학술논문

Personalizing Dual-Target Cortical Stimulation with Bayesian Parameter Optimization Successfully Treats Central Post-Stroke Pain: A Case Report
Document Type
article
Source
Brain Sciences, Vol 12, Iss 1, p 25 (2021)
Subject
cortical stimulation
stroke
chronic pain
electrophysiology
optimization
Neurosciences. Biological psychiatry.
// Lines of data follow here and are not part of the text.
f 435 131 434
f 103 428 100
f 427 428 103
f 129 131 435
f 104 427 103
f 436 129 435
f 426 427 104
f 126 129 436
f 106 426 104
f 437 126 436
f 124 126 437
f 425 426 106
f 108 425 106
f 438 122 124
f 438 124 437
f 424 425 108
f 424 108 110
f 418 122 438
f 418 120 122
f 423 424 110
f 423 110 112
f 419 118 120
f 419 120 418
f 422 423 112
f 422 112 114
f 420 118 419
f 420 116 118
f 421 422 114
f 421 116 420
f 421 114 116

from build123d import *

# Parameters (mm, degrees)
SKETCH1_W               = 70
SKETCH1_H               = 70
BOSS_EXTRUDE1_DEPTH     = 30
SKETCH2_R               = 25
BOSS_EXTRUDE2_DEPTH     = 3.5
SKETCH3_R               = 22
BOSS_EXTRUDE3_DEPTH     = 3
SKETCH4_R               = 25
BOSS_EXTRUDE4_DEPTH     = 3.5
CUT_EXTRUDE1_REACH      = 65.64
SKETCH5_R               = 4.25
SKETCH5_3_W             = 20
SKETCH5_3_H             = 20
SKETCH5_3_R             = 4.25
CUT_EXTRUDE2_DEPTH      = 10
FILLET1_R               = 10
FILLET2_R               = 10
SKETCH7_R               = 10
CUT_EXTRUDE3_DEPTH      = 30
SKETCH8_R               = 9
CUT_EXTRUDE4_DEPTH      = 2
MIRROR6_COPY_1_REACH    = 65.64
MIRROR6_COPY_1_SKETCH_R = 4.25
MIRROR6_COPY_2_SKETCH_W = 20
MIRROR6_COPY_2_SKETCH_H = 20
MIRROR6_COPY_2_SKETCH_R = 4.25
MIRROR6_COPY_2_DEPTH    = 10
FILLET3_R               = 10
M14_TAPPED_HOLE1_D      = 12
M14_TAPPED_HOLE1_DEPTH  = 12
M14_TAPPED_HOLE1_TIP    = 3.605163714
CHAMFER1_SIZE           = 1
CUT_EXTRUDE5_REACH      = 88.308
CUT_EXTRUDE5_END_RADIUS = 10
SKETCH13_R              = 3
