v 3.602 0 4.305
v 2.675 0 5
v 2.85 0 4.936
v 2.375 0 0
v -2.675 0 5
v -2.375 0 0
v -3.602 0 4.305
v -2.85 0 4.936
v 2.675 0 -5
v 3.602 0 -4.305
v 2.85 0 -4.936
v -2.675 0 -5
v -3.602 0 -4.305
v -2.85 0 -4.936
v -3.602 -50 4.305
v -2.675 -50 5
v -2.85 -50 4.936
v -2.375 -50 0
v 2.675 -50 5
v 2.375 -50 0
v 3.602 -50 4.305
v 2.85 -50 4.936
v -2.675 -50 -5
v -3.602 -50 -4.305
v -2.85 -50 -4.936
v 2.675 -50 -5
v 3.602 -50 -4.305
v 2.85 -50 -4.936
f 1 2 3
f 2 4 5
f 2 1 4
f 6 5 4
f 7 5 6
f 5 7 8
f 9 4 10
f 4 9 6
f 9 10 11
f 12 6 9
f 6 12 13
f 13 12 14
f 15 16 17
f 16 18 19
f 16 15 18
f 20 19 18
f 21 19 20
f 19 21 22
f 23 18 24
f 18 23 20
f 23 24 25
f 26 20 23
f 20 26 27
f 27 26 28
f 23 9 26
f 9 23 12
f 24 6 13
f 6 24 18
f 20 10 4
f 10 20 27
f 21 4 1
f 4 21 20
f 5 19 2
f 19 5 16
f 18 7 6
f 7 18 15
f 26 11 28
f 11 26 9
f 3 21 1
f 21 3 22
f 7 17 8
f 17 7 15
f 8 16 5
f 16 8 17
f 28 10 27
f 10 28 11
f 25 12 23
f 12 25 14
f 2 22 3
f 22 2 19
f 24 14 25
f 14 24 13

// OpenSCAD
// file: ../../globals.scad
/*
Most things in this file is represented as one millimeter, so keep that in mind while changing things.
Some of the setting are not mm but at variables that you can set, such as 2*x=2x and you are setting what x is.
I will try to specify when things are variables and not exact measurements.
*/

//Virindi settings
dovetail_male_width_scale = 0.98;
dovetail_male_height_scale = 0.91;

obj_leg = 30;
leg_length = 5.5;
small_number = 0.001;
metal_core_rode_global = 5;


///////////////// number of holes /////////////////////
z_hole_number = 8;
other_holes = 8;

///////////////// Pins /////////////////////

//pins that poke out
ball_size = 10;
pin_height = 20;
pin_diameter = 6;


//holes
hole_ball_size = ball_size;
hole_pin_height = pin_height;
hole_pin_diameter = pin_diameter;

///////////////// Z THINGS /////////////////////

berring_slot_width = 7.5;
berring_slot_depth = 6.5;
metal_core_rode = 5;

///////////////// X THINGS /////////////////////

//male dove tails
max_width=8;
min_width=5;
depth=5;
height=obj_leg/2;

//female dove tails, this is found on the y mounts
girl_max_width=11;
girl_min_width=5;
girl_depth=5;
girl_height=obj_leg;


///////////////// Y THINGS /////////////////////
/*
The Y is so normal that all of those global variables at the top should change all of the setting in it, this section is set her incase there are variables set in the future development of this project.
*/
// file: ../../include.scad
//////////////////      END SECTION       //////////////////

	module added_pins(){
		difference(){
			union(){
				translate([30/(15/4),obj_leg*leg_length,30/(15/4)]) pin();
				translate([30/(15/4)+14.5,obj_leg*leg_length,30/(15/4)+14]) pin();
			}
			union(){
							translate([30/(15/4)+13.5,obj_leg*leg_length-20,30/(15/4)+5])cube(size=[2,40,15]);
							translate([30/(15/4)+7.5,obj_leg*leg_length-20,30/(15/4)+15])rotate([0,90,0]) cube(size=[2,40,15]);	

							translate([30/(15/4)-1,obj_leg*leg_length-20,30/(15/4)-8])cube(size=[2,40,15]);
							translate([30/(15/4)-10,obj_leg*leg_length-20,30/(15/4)+1])rotate([0,90,0]) cube(size=[2,40,15]);
			}
		}
	}
	module taken_pins() {
		translate([30/(15/4)+14,obj_leg*leg_length-10,30/(15/4)]) mirror_pin();
		translate([30/(15/4),obj_leg*leg_length-10,30/(15/4)+15]) mirror_pin();
	}


//////////////////      OTHER STUFF       //////////////////

	module holes() {
		rotate([0,0,90]) for(y=[0:other_holes])
		translate([obj_leg+y*15,-15.5,7.5]) union() {
			translate([7.5,0,15]) hole_up();
			hole_down();
		}
	}
	module extend_holes() {
	module top(){
		rotate([0,0,90]) for(y=[0:other_holes+1])
		translate([(30/4)+y*15,-15.5,7.5]) union() {
			translate([7.5,0,15]) hole_up();
		}
	}
	module bottom(){
		rotate([0,0,90]) for(y=[0:other_holes+2])
		translate([(30/4)+y*15,-15.5,7.5]) union() {
			hole_down();
		
}
	}
	union(){
		top();
		bottom();
	}
	}

	module hole() {
		union() {
			rotate([90, 90, 0]) cylinder(h=40, d=hole_pin_diameter, center=true);
			translate([0,7.5,0]) sphere(d=hole_ball_size);
			translate([0,-6,0]) sphere(d=hole_ball_size);
		}
	}
	module hole_up() {
		union() {
			rotate([90, 90, 0]) cylinder(h=40, d=hole_pin_diameter, center=true);
			translate([0,7.5,10]) cylinder(h=hole_pin_height, d=hole_pin_diameter, center=true);
			translate([0,-6,10]) cylinder(h=hole_pin_height, d=hole_pin_diameter, center=true);
			translate([0,7.5,0]) sphere(d=hole_ball_size);
			translate([0,-6,0]) sphere(d=hole_ball_size);
		}
	}
	module hole_down() {
		union() {
			rotate([90, 90, 0]) cylinder(h=40, d=hole_pin_diameter, center=true);
			translate([0,7.5,-10]) cylinder(h=hole_pin_height, d=hole_pin_diameter, center=true);
			translate([0,-6,-10]) cylinder(h=hole_pin_height, d=hole_pin_diameter, center=true);
			translate([0,7.5,0]) sphere(d=hole_ball_size);
			translate([0,-6,0]) sphere(d=hole_ball_size);
		}
	}
	module pin() {
		union() {
			rotate([90, 90, 0]) cylinder(h=pin_height, d=pin_diameter, center=true);
			translate([0,7.5,0]) sphere(d=ball_size);
		}
	}

	module mirror_pin() {
		rotate([90, 90, 0]) cylinder(h=hole_pin_height+small_number, d=hole_pin_diameter, center=true);
		translate([0,-(pin_height-(ball_size/2)),0]) sphere(d=ball_size);
	}


//////////////////      SOME RACK AND Z THINGS       //////////////////

module z_holes() {
    rotate([0,-90,0]) for(z=[0:z_hole_number])
    translate([22.5+z*15,16,-12])
        hole();
}

module pin_cuts() {
	union(){
		cube(size=[2,10,40], center=true);
		rotate([0,0,90]) cube(size=[2,10,40], center=true);
	}
}
module pin_uncut() {
	union(){
		rotate([0, 0, 90]) cylinder(h=hole_pin_height, d=hole_pin_diameter, center=true);
		translate([0,0,10]) sphere(d=ball_hole);
	}
}


module pin_out() {
	union(){
		rotate([0, 0, 90]) cylinder(h=pin_height, d=pin_diameter, center=true);
		translate([0,0,10]) sphere(d= ball_size);
	}
}


module pins_z(){
	difference() {
		pin_out();
		pin_cuts();
	}
}
//////////////////      RACK AND SLIDE     ///////////////////

module straight_pins() {
	for(z=[0:((((obj_leg*leg_length)*2)-(obj_leg*2))/3)/14.5]) rotate([-90,0,0]) translate([z*15,30/(15/4),14]) pins_z();
	for(z=[0:((((obj_leg*leg_length)*2)-(obj_leg*2))/3)/14.5]) rotate([-90,0,0]) translate([z*15,30/(15/4)-14,14]) pins_z();
}
module stagger_pins() {
	for(z=[0:((((obj_leg*leg_length)*2)-(obj_leg*2))/3)/14.5]) rotate([-90,0,0]) translate([z*15,30/(15/4),14]) pins_z();
	for(z=[0:((((obj_leg*leg_length)*2)-(obj_leg*2))/3)/14.5]) rotate([-90,0,0]) translate([z*15+7,30/(15/4)-14,14]) pins_z();
}


//////////////////      DOVE TAIL       //////////////////

module male_dovetail(height) {
	dovetail_3d(max_width,min_width,depth,height);
}

module dovetail_3d(max_width=11, min_width=5, depth=5, height=30) {
	linear_extrude(height=height, convexity=2)
		dovetail_2d(max_width,min_width,depth);
}

module dovetail_2d(max_width=11, min_width=5, depth=5) {
	angle=atan((max_width/2-min_width/2)/depth);
	echo("angle: ", angle);
	polygon(paths=[[0,1,2,3,0]], points=[[-min_width/2,0], [-max_width/2,depth], [max_width/2, depth], [min_width/2,0]]);
}

//bow tie
	module tie_end(height){
				rotate([0,0,0]) translate([0,-0.01,((obj_leg/2)/2)]) male_dovetail(height);
				rotate([0,90,0]) translate([0,-0.01,((obj_leg/2)/2)]) male_dovetail(height);
				rotate([0,180,0]) translate([0,-0.01,((obj_leg/2)/2)]) male_dovetail(height);
				rotate([0,-90,0]) translate([0,-0.01,((obj_leg/2)/2)]) male_dovetail(height);
	}

module bow_support(){
	difference(){
		intersection(){
			translate([-15,0,-15]) cube([30,9,30]);
			scale([1.05,1.05,1.05]) rotate([0,45,0]) tie_end();
		}
		cube([29.2,29.2,29.2], center=true);
	}
}

	module wrap(units){
	for (y = [-1:units-2]) // two iterations, z = -1, z = 1
	{
			translate([15, (y*30)+15, 15]){
			for (r = [0:4]) // two iterations, z = -1, z = 1
			{
				rotate([0,r*90,0]) translate([0,15,15]) rotate([-90,0,0])male_dovetail(height=30);
			}
		}
	}
	}
// main file
length = 50;
tilt_level = 1.1;
scaling_x = .95;
scaling_y = 1;
scaling_z = 1;
include <../../include.scad>;
include <../../globals.scad>;

obj_leg= 12;
module bow_tie_master(){
	union(){
		mirror([0,1,0]){
			male_dovetail(height=length);
		}
			male_dovetail(height=length);		
	}
}

intersection(){
    scale([scaling_x,scaling_y,scaling_z])	rotate([90,0,0]) bow_tie_master();
    rotate([90,0,0]) cylinder(r=5.7, h=200);
}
Neuropsychiatry
RC321-571
Language
English
ISSN
2076-3425
Abstract
Central pain disorders, such as central post-stroke pain, remain clinically challenging to treat, despite many decades of pharmacological advances and the evolution of neuromodulation. For treatment refractory cases, previous studies have highlighted some benefits of cortical stimulation. Recent advances in new targets for pain and the optimization of neuromodulation encouraged our group to develop a dual cortical target approach paired with Bayesian optimization to provide a personalized treatment. Here, we present a case report of a woman who developed left-sided facial pain after multiple thalamic strokes. All previous pharmacologic and interventional treatments failed to mitigate the pain, leaving her incapacitated due to pain and medication side effects. She subsequently underwent a single burr hole for placement of motor cortex (M1) and dorsolateral prefrontal cortex (dlPFC) paddles for stimulation with externalization. By using Bayesian optimization to find optimal stimulation parameters and stimulation sites, we were able to reduce pain from an 8.5/10 to a 0/10 during a 5-day inpatient stay, with pain staying at or below a 2/10 one-month post-procedure. We found optimal treatment to be simultaneous stimulation of M1 and dlPFC without any evidence of seizure induction. In addition, we found no worsening in cognitive performance during a working memory task with dlPFC stimulation. This personalized approach using Bayesian optimization may provide a new foundation for treating central pain and other functional disorders through systematic evaluation of stimulation parameters.